• TASK OBJECTIVE
Print the records below from the first line through the line containing "#372=EDGE_CURVE('',#330,#272,#114,.T.);", both included, word for word.

Stored items:

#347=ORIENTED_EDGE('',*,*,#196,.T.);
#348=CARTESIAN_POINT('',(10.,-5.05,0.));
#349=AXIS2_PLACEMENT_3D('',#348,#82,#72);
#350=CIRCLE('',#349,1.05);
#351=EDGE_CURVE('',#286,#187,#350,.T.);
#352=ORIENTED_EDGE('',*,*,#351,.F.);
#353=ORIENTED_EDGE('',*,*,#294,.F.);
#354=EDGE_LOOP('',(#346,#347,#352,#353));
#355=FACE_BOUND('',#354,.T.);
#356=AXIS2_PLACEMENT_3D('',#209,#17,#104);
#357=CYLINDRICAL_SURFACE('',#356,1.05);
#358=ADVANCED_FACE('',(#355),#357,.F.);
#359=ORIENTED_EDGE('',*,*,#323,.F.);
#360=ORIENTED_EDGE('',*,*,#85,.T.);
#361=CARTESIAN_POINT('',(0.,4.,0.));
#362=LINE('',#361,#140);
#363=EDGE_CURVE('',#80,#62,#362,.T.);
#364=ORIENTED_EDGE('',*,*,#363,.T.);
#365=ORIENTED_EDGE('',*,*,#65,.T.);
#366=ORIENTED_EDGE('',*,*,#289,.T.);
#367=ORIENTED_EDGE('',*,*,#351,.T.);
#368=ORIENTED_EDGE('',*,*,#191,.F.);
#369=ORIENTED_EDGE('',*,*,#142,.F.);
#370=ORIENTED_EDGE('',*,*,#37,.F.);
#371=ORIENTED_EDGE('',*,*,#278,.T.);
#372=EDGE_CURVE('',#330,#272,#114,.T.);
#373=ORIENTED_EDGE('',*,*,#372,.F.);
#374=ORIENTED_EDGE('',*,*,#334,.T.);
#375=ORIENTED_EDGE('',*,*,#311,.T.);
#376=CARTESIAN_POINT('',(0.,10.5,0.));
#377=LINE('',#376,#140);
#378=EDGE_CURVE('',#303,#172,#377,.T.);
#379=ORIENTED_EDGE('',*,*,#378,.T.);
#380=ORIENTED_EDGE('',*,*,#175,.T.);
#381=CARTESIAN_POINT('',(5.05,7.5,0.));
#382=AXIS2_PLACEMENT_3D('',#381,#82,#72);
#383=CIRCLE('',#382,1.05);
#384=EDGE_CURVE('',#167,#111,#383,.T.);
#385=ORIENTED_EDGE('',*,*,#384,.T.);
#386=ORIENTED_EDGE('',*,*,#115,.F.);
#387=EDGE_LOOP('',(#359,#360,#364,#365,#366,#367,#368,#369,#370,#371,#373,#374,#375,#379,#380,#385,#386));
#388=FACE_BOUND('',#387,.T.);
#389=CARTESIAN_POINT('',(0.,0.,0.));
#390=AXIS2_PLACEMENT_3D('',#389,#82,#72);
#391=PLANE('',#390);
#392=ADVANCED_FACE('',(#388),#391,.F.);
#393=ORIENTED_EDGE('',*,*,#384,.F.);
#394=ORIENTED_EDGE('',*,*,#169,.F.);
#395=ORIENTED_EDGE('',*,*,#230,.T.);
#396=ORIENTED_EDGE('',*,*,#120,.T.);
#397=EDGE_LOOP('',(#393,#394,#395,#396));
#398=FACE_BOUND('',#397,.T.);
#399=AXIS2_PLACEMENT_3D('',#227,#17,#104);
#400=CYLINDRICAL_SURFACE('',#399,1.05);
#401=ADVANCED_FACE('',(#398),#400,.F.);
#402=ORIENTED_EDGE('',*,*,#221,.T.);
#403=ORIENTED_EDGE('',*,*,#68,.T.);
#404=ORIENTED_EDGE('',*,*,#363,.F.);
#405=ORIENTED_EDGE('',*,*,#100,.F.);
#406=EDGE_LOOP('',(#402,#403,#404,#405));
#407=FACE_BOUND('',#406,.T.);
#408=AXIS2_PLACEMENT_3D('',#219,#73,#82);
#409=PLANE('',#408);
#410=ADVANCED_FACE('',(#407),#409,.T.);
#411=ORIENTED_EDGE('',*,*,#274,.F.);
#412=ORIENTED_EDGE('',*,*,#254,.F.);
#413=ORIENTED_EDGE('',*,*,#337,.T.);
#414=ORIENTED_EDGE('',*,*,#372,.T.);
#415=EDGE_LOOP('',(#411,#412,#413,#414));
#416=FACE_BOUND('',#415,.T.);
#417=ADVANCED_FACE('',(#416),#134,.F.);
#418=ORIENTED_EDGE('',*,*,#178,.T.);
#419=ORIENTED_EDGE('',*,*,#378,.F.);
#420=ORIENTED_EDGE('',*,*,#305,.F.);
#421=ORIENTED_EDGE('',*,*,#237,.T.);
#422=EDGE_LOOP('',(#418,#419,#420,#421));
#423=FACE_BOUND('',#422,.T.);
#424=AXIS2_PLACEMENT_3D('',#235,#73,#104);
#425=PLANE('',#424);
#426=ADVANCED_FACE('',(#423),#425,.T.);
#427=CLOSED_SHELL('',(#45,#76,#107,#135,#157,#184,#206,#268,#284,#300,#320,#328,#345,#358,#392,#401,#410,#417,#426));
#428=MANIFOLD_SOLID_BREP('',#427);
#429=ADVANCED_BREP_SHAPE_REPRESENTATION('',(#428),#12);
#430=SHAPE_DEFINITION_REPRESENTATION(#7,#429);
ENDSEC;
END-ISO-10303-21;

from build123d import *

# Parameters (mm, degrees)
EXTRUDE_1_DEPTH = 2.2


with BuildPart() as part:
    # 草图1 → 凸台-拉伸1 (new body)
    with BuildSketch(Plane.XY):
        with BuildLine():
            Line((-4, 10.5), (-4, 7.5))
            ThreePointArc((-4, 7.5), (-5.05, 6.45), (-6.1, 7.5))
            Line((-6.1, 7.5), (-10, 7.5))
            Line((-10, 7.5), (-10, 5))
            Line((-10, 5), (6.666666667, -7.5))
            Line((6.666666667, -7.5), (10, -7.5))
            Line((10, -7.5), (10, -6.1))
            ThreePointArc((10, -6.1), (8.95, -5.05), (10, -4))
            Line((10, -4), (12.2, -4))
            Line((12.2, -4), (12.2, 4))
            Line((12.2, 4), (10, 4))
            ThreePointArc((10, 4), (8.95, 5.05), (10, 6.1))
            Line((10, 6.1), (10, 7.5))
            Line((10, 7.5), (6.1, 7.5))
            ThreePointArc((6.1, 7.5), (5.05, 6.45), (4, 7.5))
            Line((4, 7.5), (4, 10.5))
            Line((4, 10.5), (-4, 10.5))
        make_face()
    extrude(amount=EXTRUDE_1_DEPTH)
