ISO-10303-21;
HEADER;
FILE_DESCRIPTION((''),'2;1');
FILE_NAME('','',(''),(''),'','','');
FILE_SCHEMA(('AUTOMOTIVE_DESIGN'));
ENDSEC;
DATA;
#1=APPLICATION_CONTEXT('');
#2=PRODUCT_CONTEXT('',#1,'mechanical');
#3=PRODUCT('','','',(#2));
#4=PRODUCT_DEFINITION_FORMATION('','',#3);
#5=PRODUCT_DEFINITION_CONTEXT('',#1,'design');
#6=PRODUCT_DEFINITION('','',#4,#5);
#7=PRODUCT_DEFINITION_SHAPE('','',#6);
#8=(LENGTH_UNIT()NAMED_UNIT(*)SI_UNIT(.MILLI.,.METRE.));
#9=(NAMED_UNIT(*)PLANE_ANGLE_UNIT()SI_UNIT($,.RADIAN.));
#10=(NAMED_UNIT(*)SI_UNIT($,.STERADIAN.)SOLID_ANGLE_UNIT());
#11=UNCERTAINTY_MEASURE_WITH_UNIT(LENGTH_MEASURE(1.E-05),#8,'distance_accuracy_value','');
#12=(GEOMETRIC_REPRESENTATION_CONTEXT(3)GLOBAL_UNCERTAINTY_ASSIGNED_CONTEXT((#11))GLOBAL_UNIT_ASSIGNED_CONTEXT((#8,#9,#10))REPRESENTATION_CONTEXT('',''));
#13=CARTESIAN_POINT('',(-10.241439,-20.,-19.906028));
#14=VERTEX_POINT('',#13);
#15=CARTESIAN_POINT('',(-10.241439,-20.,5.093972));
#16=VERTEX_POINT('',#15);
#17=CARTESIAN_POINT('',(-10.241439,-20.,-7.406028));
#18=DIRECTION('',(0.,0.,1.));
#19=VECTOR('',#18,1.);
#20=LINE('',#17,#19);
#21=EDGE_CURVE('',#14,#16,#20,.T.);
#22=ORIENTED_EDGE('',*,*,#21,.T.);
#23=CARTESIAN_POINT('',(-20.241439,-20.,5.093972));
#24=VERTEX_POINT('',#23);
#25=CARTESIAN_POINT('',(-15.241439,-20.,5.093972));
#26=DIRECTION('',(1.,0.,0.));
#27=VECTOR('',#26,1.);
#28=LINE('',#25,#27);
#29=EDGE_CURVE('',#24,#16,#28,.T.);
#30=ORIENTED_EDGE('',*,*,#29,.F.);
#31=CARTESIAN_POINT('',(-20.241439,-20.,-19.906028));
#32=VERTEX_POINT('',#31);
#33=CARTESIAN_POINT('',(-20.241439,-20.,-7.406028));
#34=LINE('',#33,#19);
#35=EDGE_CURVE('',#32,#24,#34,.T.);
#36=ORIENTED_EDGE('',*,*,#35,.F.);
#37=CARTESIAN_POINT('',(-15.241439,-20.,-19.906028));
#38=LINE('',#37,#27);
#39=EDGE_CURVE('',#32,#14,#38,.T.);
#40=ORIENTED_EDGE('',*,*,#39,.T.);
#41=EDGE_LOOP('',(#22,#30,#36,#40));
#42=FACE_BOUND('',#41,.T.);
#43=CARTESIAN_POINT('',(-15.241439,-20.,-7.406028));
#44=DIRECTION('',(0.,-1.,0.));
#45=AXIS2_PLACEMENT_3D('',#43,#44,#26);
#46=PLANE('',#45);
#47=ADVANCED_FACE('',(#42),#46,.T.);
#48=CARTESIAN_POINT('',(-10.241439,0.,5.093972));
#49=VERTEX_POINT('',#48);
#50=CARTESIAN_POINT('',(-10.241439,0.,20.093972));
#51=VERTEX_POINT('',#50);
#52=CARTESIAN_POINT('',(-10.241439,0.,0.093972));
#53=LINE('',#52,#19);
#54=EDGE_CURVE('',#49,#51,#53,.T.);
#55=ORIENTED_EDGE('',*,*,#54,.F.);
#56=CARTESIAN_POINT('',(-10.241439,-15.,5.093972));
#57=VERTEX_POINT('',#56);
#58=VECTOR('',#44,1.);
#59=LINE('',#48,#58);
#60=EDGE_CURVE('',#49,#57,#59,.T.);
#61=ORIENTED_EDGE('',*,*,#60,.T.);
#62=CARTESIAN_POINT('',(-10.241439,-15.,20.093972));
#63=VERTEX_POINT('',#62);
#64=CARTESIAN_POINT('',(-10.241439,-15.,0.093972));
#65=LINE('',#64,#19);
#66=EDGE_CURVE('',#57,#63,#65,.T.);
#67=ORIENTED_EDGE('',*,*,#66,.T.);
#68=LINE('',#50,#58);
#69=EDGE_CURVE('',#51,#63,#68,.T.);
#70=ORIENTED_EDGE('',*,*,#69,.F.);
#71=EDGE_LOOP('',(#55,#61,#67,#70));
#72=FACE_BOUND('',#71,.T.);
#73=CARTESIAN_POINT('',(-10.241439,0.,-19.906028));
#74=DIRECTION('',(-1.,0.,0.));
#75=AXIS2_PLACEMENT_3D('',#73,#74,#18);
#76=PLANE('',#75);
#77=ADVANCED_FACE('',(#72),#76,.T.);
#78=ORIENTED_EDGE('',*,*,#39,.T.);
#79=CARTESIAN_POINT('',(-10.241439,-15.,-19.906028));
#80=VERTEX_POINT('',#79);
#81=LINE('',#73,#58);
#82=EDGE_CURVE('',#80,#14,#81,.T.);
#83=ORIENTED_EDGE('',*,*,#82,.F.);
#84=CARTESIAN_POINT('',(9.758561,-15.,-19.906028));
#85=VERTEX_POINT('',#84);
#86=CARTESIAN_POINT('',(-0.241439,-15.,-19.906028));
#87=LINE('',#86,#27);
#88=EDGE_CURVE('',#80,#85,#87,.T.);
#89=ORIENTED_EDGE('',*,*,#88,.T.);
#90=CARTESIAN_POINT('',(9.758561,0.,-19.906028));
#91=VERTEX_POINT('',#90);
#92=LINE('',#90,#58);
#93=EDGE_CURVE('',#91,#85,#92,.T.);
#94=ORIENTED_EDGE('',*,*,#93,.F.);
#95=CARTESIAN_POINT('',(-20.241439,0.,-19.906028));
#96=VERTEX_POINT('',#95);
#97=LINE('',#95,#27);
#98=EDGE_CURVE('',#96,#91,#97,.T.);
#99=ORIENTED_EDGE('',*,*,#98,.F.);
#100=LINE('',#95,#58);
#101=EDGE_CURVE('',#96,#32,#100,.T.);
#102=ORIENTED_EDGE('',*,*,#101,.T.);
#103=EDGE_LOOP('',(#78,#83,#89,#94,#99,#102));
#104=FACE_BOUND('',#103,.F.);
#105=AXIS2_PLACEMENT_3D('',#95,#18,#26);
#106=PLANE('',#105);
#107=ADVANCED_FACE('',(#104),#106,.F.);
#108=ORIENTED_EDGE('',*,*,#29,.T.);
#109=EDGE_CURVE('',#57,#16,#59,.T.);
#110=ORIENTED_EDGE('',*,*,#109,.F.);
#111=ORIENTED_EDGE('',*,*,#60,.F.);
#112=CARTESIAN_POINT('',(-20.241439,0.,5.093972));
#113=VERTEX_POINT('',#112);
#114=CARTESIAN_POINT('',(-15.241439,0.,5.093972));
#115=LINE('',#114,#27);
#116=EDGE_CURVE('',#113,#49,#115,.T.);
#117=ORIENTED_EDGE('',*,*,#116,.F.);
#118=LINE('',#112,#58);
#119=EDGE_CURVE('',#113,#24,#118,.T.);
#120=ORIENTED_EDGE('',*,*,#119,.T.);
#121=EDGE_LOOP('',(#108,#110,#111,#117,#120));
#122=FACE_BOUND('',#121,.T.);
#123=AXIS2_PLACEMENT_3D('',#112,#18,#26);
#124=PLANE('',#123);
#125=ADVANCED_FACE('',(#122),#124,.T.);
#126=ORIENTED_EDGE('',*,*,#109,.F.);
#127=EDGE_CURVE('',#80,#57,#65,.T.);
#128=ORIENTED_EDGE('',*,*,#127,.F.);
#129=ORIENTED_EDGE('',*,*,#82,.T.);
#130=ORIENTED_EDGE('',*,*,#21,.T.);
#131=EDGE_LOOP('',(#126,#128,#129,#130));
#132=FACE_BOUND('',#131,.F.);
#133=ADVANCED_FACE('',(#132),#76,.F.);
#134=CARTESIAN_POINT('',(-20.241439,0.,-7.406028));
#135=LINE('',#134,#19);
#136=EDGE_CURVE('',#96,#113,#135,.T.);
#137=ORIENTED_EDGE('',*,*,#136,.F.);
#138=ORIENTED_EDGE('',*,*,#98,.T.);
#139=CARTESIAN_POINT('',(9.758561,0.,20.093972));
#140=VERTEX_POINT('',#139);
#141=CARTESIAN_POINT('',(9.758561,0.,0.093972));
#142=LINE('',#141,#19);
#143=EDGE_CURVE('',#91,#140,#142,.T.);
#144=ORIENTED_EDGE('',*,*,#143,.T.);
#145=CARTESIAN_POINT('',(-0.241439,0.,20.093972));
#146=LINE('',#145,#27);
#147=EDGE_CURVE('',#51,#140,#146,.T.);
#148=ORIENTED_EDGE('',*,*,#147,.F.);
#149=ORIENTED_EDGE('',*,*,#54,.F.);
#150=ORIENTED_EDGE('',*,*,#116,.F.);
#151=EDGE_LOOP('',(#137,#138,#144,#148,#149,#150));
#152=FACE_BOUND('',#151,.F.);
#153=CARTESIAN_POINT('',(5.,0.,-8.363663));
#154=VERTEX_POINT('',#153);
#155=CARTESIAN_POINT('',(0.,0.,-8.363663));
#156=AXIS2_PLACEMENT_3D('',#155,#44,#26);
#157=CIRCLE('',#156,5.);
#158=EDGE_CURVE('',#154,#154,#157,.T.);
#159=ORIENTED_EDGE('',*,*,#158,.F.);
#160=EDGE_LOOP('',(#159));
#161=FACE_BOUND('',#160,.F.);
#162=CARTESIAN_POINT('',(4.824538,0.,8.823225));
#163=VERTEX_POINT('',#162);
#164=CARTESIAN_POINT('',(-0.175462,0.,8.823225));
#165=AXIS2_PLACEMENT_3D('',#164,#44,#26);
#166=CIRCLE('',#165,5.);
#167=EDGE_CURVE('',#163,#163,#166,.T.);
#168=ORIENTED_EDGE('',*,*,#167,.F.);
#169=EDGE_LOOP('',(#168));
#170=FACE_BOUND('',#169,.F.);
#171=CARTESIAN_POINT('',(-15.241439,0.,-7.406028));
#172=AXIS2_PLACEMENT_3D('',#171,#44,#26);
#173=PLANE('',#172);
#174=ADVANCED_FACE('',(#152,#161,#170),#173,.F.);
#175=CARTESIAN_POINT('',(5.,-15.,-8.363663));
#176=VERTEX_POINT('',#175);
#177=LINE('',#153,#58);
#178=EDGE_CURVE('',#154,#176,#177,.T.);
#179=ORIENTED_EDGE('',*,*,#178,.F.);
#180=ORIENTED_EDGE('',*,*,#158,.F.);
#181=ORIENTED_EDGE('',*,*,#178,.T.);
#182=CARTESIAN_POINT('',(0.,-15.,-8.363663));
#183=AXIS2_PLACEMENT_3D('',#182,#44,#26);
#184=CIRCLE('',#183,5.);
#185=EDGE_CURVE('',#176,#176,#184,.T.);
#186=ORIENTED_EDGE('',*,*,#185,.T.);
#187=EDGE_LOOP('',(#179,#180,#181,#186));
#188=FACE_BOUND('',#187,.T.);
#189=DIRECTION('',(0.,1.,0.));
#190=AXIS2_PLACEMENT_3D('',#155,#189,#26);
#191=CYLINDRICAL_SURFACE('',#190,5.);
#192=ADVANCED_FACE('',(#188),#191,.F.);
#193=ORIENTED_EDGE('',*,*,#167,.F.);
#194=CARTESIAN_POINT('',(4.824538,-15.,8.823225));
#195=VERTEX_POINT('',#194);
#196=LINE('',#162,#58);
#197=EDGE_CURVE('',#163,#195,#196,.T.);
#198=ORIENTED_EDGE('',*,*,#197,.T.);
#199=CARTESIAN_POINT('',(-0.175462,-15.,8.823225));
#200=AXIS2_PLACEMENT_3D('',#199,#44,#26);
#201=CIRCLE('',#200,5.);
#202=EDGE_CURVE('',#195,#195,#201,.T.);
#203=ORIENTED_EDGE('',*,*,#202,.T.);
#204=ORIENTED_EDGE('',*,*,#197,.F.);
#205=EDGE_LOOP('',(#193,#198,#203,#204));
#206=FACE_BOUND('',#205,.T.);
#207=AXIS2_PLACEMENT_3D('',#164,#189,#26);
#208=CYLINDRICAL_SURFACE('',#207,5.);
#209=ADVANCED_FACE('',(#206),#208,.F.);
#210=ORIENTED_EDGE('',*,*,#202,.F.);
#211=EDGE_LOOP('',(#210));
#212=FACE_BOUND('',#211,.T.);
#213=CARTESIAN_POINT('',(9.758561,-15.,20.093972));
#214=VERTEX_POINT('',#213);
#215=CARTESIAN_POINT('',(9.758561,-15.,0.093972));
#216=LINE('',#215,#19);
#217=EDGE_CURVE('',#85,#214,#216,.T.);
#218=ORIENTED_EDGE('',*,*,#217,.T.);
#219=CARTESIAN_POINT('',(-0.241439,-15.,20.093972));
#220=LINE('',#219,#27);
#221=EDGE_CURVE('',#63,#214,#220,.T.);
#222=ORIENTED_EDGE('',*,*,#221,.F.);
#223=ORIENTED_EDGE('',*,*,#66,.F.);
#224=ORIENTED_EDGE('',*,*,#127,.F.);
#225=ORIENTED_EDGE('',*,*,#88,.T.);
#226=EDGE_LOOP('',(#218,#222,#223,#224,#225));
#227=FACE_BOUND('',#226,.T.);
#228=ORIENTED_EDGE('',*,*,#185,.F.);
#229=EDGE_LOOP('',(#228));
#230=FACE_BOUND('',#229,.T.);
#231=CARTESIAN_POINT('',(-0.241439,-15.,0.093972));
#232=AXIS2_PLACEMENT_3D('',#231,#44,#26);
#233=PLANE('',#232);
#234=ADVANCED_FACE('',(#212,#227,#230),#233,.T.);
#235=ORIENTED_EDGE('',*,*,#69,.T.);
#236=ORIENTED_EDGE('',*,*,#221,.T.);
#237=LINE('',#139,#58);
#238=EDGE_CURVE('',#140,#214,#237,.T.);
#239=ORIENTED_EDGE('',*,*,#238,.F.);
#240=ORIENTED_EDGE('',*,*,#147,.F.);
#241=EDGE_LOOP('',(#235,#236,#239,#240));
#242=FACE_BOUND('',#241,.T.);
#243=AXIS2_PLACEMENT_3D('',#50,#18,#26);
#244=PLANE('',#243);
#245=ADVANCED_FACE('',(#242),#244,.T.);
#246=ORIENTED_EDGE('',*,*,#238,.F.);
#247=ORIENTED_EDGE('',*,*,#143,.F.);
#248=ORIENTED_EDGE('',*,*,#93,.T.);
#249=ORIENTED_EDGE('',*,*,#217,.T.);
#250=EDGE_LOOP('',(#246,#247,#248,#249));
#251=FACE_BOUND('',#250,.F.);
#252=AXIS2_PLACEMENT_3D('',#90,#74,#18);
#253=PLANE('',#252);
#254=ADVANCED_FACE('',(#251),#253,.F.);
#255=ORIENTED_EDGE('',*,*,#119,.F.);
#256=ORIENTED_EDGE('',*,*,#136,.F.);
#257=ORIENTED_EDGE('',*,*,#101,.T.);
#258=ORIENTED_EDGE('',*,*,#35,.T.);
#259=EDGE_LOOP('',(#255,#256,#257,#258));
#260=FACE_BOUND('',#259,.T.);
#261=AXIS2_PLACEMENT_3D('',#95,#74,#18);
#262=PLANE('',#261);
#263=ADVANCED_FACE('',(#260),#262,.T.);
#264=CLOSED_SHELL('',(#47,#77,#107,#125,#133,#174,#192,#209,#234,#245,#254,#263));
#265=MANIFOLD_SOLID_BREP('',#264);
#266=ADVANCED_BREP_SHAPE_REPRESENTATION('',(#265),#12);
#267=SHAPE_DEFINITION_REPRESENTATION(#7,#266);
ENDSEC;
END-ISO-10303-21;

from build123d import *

# Parameters (mm, degrees)
F0_W     = 20
F0_H     = 40
F0_R     = 5
F1_DEPTH = 15
F2_W     = 10
F2_H     = 25
F3_DEPTH = 20


with BuildPart() as f1:
    # F0 (on Front) → F1 (new body)
    with BuildSketch(Plane.XZ):
        with Locations((-0.241439, 0.093972)):
            Rectangle(F0_W, F0_H)
        with Locations((0, -8.363663)):
            Circle(F0_R, mode=Mode.SUBTRACT)
        with Locations((-0.175462, 8.823225)):
            Circle(F0_R, mode=Mode.SUBTRACT)
    extrude(amount=F1_DEPTH)

    # F2 (on Front) → F3 (join)
    with BuildSketch(Plane.XZ):
        with Locations((-15.241439, -7.406028)):
            Rectangle(F2_W, F2_H)
    extrude(amount=F3_DEPTH)


solid = f1.part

• SOLUTION TO THIS PROBLEM
#347=ORIENTED_EDGE('',*,*,#196,.T.);
#348=CARTESIAN_POINT('',(10.,-5.05,0.));
#349=AXIS2_PLACEMENT_3D('',#348,#82,#72);
#350=CIRCLE('',#349,1.05);
#351=EDGE_CURVE('',#286,#187,#350,.T.);
#352=ORIENTED_EDGE('',*,*,#351,.F.);
#353=ORIENTED_EDGE('',*,*,#294,.F.);
#354=EDGE_LOOP('',(#346,#347,#352,#353));
#355=FACE_BOUND('',#354,.T.);
#356=AXIS2_PLACEMENT_3D('',#209,#17,#104);
#357=CYLINDRICAL_SURFACE('',#356,1.05);
#358=ADVANCED_FACE('',(#355),#357,.F.);
#359=ORIENTED_EDGE('',*,*,#323,.F.);
#360=ORIENTED_EDGE('',*,*,#85,.T.);
#361=CARTESIAN_POINT('',(0.,4.,0.));
#362=LINE('',#361,#140);
#363=EDGE_CURVE('',#80,#62,#362,.T.);
#364=ORIENTED_EDGE('',*,*,#363,.T.);
#365=ORIENTED_EDGE('',*,*,#65,.T.);
#366=ORIENTED_EDGE('',*,*,#289,.T.);
#367=ORIENTED_EDGE('',*,*,#351,.T.);
#368=ORIENTED_EDGE('',*,*,#191,.F.);
#369=ORIENTED_EDGE('',*,*,#142,.F.);
#370=ORIENTED_EDGE('',*,*,#37,.F.);
#371=ORIENTED_EDGE('',*,*,#278,.T.);
#372=EDGE_CURVE('',#330,#272,#114,.T.);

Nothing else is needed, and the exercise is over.